Hanne Östergaard was the police vicar who worked part-time in the police headquarters, and she’d been a great help to a lot of officers. She’d been a solid rock of support for Winter in one of his cases that had caused him extreme anguish.
“Why not,” said Ringmar.
***
Ringmar did have a talk later that afternoon, but it wasn’t with Hanne Östergaard.
Jens Book was propped up by pillows and didn’t look especially comfortable, but he shook his head when Ringmar offered to rearrange the bedclothes.

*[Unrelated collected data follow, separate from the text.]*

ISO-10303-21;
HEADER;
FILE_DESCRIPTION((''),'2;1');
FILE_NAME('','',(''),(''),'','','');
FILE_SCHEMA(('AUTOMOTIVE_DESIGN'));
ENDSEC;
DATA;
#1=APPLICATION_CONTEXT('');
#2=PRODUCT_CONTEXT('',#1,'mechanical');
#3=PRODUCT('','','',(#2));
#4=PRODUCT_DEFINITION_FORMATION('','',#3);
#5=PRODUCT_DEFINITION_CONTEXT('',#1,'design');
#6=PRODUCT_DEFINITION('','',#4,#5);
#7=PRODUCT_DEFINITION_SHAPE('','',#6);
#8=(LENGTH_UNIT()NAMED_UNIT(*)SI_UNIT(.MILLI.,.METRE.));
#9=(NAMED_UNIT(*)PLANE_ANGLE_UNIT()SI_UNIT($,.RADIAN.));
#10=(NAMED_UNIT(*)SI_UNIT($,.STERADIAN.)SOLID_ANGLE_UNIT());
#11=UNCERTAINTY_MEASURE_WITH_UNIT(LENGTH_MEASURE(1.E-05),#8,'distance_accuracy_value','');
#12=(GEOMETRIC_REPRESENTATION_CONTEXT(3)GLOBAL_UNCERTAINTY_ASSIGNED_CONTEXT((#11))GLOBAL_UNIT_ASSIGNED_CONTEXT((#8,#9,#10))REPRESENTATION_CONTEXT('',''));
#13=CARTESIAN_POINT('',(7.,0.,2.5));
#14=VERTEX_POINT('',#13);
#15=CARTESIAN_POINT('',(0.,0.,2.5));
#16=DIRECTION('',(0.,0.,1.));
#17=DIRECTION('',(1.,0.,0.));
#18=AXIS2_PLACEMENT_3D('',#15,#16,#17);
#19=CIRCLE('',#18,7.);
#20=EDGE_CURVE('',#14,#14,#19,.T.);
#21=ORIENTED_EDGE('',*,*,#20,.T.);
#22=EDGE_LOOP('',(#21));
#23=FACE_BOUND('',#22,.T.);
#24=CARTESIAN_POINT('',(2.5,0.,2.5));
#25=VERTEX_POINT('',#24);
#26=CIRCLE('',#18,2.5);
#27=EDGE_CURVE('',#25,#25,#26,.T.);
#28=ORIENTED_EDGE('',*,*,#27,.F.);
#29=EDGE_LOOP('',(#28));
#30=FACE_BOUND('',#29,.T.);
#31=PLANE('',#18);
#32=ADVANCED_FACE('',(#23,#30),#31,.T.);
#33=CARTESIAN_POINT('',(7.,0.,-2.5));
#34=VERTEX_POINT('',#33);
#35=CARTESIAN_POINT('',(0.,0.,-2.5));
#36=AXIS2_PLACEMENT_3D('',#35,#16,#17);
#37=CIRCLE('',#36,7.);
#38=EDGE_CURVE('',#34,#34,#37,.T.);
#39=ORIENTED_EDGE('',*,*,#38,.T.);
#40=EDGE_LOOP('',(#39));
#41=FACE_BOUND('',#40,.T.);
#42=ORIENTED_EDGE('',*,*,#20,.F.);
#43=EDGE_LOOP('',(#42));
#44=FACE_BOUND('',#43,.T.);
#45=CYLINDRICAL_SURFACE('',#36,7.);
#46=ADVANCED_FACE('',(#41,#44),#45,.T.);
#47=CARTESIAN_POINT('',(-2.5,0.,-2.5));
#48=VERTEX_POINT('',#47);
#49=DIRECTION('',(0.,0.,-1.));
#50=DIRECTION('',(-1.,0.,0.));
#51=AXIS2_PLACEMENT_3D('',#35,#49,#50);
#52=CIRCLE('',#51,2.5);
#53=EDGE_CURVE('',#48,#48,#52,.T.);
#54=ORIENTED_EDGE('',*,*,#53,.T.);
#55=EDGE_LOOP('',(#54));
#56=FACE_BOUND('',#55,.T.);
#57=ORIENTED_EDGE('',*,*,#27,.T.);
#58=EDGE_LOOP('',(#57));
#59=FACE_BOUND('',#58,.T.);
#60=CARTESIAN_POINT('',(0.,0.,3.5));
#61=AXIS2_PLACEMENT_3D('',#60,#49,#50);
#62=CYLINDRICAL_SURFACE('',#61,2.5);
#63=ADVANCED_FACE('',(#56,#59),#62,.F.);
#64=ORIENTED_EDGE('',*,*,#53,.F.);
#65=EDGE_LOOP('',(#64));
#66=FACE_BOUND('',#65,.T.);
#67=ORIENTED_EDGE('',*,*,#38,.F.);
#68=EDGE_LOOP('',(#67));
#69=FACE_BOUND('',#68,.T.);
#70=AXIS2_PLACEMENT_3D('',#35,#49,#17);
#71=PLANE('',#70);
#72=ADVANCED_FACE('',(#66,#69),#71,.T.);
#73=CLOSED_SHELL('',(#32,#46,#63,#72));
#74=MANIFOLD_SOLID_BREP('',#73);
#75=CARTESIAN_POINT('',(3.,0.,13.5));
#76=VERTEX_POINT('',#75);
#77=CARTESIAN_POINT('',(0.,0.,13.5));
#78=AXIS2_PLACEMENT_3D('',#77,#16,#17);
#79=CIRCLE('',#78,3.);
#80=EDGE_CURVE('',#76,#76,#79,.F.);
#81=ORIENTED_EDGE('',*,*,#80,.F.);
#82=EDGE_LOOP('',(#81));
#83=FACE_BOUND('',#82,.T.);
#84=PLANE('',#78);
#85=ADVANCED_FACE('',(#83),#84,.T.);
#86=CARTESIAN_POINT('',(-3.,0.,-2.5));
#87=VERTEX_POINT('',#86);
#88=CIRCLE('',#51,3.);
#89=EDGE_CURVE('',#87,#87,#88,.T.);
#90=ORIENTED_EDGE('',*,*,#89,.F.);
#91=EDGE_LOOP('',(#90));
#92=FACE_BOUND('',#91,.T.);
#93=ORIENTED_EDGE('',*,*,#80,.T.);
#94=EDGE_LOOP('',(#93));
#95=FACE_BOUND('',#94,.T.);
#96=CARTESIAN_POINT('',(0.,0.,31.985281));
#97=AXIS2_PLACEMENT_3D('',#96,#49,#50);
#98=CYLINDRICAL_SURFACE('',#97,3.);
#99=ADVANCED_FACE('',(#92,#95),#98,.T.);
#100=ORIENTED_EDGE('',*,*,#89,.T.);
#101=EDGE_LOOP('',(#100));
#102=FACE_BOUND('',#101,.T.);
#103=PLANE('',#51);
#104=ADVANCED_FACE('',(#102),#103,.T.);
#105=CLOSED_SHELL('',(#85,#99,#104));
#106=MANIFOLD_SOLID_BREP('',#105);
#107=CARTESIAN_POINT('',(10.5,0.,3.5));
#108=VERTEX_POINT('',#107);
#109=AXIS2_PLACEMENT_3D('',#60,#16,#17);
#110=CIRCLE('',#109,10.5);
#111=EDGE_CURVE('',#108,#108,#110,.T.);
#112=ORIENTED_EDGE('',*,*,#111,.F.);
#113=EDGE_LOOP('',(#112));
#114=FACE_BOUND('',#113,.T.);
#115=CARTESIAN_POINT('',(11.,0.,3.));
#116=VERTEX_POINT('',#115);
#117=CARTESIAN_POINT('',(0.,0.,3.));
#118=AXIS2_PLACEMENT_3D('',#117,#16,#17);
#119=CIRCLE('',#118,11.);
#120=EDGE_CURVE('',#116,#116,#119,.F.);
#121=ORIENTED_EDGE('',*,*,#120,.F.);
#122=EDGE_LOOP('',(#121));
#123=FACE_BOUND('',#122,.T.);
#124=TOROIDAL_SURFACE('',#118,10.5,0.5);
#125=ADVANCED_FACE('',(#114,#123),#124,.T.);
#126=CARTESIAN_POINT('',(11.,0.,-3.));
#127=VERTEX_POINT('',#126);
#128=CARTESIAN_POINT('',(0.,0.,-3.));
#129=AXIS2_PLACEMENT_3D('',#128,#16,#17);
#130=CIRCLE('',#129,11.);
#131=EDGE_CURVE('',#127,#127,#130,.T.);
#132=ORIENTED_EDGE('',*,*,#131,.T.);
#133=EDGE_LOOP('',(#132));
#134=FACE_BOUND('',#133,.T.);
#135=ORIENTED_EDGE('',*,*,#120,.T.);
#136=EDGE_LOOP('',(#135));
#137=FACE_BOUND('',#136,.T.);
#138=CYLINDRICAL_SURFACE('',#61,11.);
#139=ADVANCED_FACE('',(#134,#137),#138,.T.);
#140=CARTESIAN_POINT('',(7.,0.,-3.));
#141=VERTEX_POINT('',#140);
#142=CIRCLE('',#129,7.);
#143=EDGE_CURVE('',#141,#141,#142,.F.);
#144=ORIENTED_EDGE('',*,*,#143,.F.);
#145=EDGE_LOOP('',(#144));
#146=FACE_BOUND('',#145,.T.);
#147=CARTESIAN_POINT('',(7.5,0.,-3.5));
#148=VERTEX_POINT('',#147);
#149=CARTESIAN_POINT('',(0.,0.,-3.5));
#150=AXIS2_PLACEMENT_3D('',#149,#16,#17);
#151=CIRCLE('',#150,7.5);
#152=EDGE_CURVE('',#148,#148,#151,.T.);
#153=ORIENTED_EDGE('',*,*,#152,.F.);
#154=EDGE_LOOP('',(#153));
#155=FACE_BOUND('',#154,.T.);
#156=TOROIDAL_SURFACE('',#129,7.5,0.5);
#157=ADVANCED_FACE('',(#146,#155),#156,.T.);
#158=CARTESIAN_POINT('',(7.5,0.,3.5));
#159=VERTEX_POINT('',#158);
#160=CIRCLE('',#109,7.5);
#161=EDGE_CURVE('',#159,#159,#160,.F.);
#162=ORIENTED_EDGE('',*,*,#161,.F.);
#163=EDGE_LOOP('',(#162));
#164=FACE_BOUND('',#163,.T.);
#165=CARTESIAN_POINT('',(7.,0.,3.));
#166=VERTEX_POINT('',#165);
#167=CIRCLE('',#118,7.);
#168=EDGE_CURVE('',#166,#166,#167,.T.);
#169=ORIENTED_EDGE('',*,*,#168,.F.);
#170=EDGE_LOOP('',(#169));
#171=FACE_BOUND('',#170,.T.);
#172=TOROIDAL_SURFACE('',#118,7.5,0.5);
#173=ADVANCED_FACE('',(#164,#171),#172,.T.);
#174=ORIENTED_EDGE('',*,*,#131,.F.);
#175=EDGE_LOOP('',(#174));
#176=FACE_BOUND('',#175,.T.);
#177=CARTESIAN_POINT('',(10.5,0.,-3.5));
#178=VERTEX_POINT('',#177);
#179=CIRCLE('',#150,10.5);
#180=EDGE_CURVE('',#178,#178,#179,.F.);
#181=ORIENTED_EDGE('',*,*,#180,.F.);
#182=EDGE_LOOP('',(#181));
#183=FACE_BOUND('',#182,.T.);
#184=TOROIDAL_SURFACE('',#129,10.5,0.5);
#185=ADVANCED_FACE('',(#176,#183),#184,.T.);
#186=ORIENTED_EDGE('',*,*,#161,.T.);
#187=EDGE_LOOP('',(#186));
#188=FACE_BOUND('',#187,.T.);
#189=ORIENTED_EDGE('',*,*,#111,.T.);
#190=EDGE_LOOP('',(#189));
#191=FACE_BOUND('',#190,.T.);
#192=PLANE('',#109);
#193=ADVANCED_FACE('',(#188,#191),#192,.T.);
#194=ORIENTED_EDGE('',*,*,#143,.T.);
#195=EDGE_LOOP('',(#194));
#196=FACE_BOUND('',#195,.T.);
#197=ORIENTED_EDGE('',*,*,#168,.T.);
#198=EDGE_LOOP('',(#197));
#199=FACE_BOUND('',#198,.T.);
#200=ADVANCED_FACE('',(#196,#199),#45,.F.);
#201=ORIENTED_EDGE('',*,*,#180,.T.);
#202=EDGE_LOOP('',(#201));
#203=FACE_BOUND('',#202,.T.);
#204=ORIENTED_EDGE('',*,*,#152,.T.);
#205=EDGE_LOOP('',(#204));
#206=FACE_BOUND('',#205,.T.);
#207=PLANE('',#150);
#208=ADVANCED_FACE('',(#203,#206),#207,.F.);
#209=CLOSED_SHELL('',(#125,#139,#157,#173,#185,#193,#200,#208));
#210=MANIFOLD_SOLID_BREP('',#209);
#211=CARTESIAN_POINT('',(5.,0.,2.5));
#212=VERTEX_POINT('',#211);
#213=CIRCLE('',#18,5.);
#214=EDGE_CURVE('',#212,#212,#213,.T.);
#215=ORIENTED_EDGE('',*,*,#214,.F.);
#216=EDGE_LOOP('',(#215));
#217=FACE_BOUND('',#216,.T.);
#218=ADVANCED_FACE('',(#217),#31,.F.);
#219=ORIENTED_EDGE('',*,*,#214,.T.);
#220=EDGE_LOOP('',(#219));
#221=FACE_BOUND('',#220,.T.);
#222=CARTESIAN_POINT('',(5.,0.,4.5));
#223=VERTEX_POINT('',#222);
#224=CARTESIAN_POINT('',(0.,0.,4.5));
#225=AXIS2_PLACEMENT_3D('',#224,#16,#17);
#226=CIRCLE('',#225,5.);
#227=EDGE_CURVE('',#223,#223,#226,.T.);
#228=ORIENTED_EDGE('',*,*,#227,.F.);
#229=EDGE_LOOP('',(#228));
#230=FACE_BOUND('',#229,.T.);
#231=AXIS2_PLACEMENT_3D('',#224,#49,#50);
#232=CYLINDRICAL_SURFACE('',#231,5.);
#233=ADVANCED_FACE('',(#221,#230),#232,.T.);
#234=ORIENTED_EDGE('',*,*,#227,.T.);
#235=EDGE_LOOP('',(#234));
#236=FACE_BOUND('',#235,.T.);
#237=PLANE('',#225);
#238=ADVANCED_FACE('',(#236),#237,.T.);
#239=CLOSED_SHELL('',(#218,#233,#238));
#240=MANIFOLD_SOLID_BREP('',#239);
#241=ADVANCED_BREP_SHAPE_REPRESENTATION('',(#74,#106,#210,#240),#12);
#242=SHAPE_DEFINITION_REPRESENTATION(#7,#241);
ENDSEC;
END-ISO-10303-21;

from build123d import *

# Parameters (mm, degrees)
SKETCH_1_R              = 11
SKETCH_1_R_2            = 2.5
EXTRUDE_1_DEPTH         = 3.5
SKETCH_2_R              = 7
CUT_EXTRUDE_1_DEPTH     = 1
SHEET_EXTRUDE_1_1_BACK  = 14
SHEET_EXTRUDE_1_1_DEPTH = 14
SHEET_EXTRUDE_1_2_BACK  = 14
SHEET_EXTRUDE_1_2_DEPTH = 14
FILLET_1_R              = 0.5
SKETCH_5_R              = 3
EXTRUDE_3_DEPTH         = 16
SKETCH_6_R              = 5
EXTRUDE_4_DEPTH         = 2


with BuildPart() as part:
    # 草图1 → 凸台-拉伸1 (new, symmetric)
    with BuildSketch(Plane.XY):
        Circle(SKETCH_1_R)
        Circle(SKETCH_1_R_2, mode=Mode.SUBTRACT)
    extrude(amount=EXTRUDE_1_DEPTH, both=True)

    # 草图2 → 切除-拉伸1 (cut)
    with BuildSketch(Plane.XY.offset(3.5)):
        Circle(SKETCH_2_R)
    cut_extrude_1 = extrude(amount=-CUT_EXTRUDE_1_DEPTH, mode=Mode.SUBTRACT)

    # 镜向1: 切除-拉伸1 across plane
    add(cut_extrude_1.mirror(Plane.XY), mode=Mode.SUBTRACT)


with BuildPart() as body_2:
    # Split Bodies 1: the piece behind the surface
    add(part.part)
    # Sheet 凸台-拉伸1: a surface, the sketch's curves swept straight by 14 mm
    with BuildLine(Plane(origin=(0, 0, -2.5), x_dir=(-1, 0, 0), z_dir=(0, 0, -1)).offset(-SHEET_EXTRUDE_1_1_BACK), mode=Mode.PRIVATE) as sheet_extrude_1_1_path:
        CenterArc((0, 0), 7, 0, 360)
    sheet_extrude_1_1 = Shell.extrude(sheet_extrude_1_1_path.wire(), (0 * SHEET_EXTRUDE_1_1_DEPTH, 0 * SHEET_EXTRUDE_1_1_DEPTH, -1 * SHEET_EXTRUDE_1_1_DEPTH))
    split(bisect_by=sheet_extrude_1_1, keep=Keep.BOTTOM)

    # 圆角1
    fillet_1_edges = [body_2.edges().sort_by_distance(p)[0] for p in [
        (-7, 0, -3.5),
        (0, 7, 3.5),
        (-11, 0, -3.5),
        (-11, 0, 3.5),
    ]]
    fillet(fillet_1_edges, radius=FILLET_1_R)


with BuildPart() as part_1:
    add(part.part)

    # Split Bodies 1: split by a surface, the side it looks to stays
    # Sheet 凸台-拉伸1: a surface, the sketch's curves swept straight by 14 mm
    with BuildLine(Plane(origin=(0, 0, -2.5), x_dir=(-1, 0, 0), z_dir=(0, 0, -1)).offset(-SHEET_EXTRUDE_1_2_BACK), mode=Mode.PRIVATE) as sheet_extrude_1_2_path:
        CenterArc((0, 0), 7, 0, 360)
    sheet_extrude_1_2 = Shell.extrude(sheet_extrude_1_2_path.wire(), (0 * SHEET_EXTRUDE_1_2_DEPTH, 0 * SHEET_EXTRUDE_1_2_DEPTH, -1 * SHEET_EXTRUDE_1_2_DEPTH))
    split(bisect_by=sheet_extrude_1_2, keep=Keep.TOP)


with BuildPart() as body_3:
    # 草图5 → 凸台-拉伸3 (new body)
    with BuildSketch(Plane(origin=(0, 0, -2.5), x_dir=(-1, 0, 0), z_dir=(0, 0, -1))):
        Circle(SKETCH_5_R)
    extrude(amount=-EXTRUDE_3_DEPTH)


with BuildPart() as body_4:
    # 草图6 → 凸台-拉伸4 (new body)
    with BuildSketch(Plane.XY.offset(2.5)):
        Circle(SKETCH_6_R)
    extrude(amount=EXTRUDE_4_DEPTH)


solid = Compound([body_2.part, part_1.part, body_3.part, body_4.part])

Here we go again, Ringmar had thought as he entered Sahlgren Hospital, which was swarming with people in both civvies and white coats.
We should have an office here. Why has nobody thought of that before? I should get a bonus for the idea. We spend lots of our time here. We need some kind of practical and convenient arrangement. Maybe our own secretary? A whole team of doctors with the word POLICE printed in black on the back of their white coats? Vehicles that are a mixture of ambulance and police van? Firing range in the basement? His head was full of ambitious plans when he stepped into the elevator. The boy had had his plans rudely interrupted. No journalism studies for him for a while, if ever. Halders had suggested he set his sights on the para Olympic Games, and that was a comment from somebody who had come close to being a prospective competitor himself. If he’d wanted to and had the ability.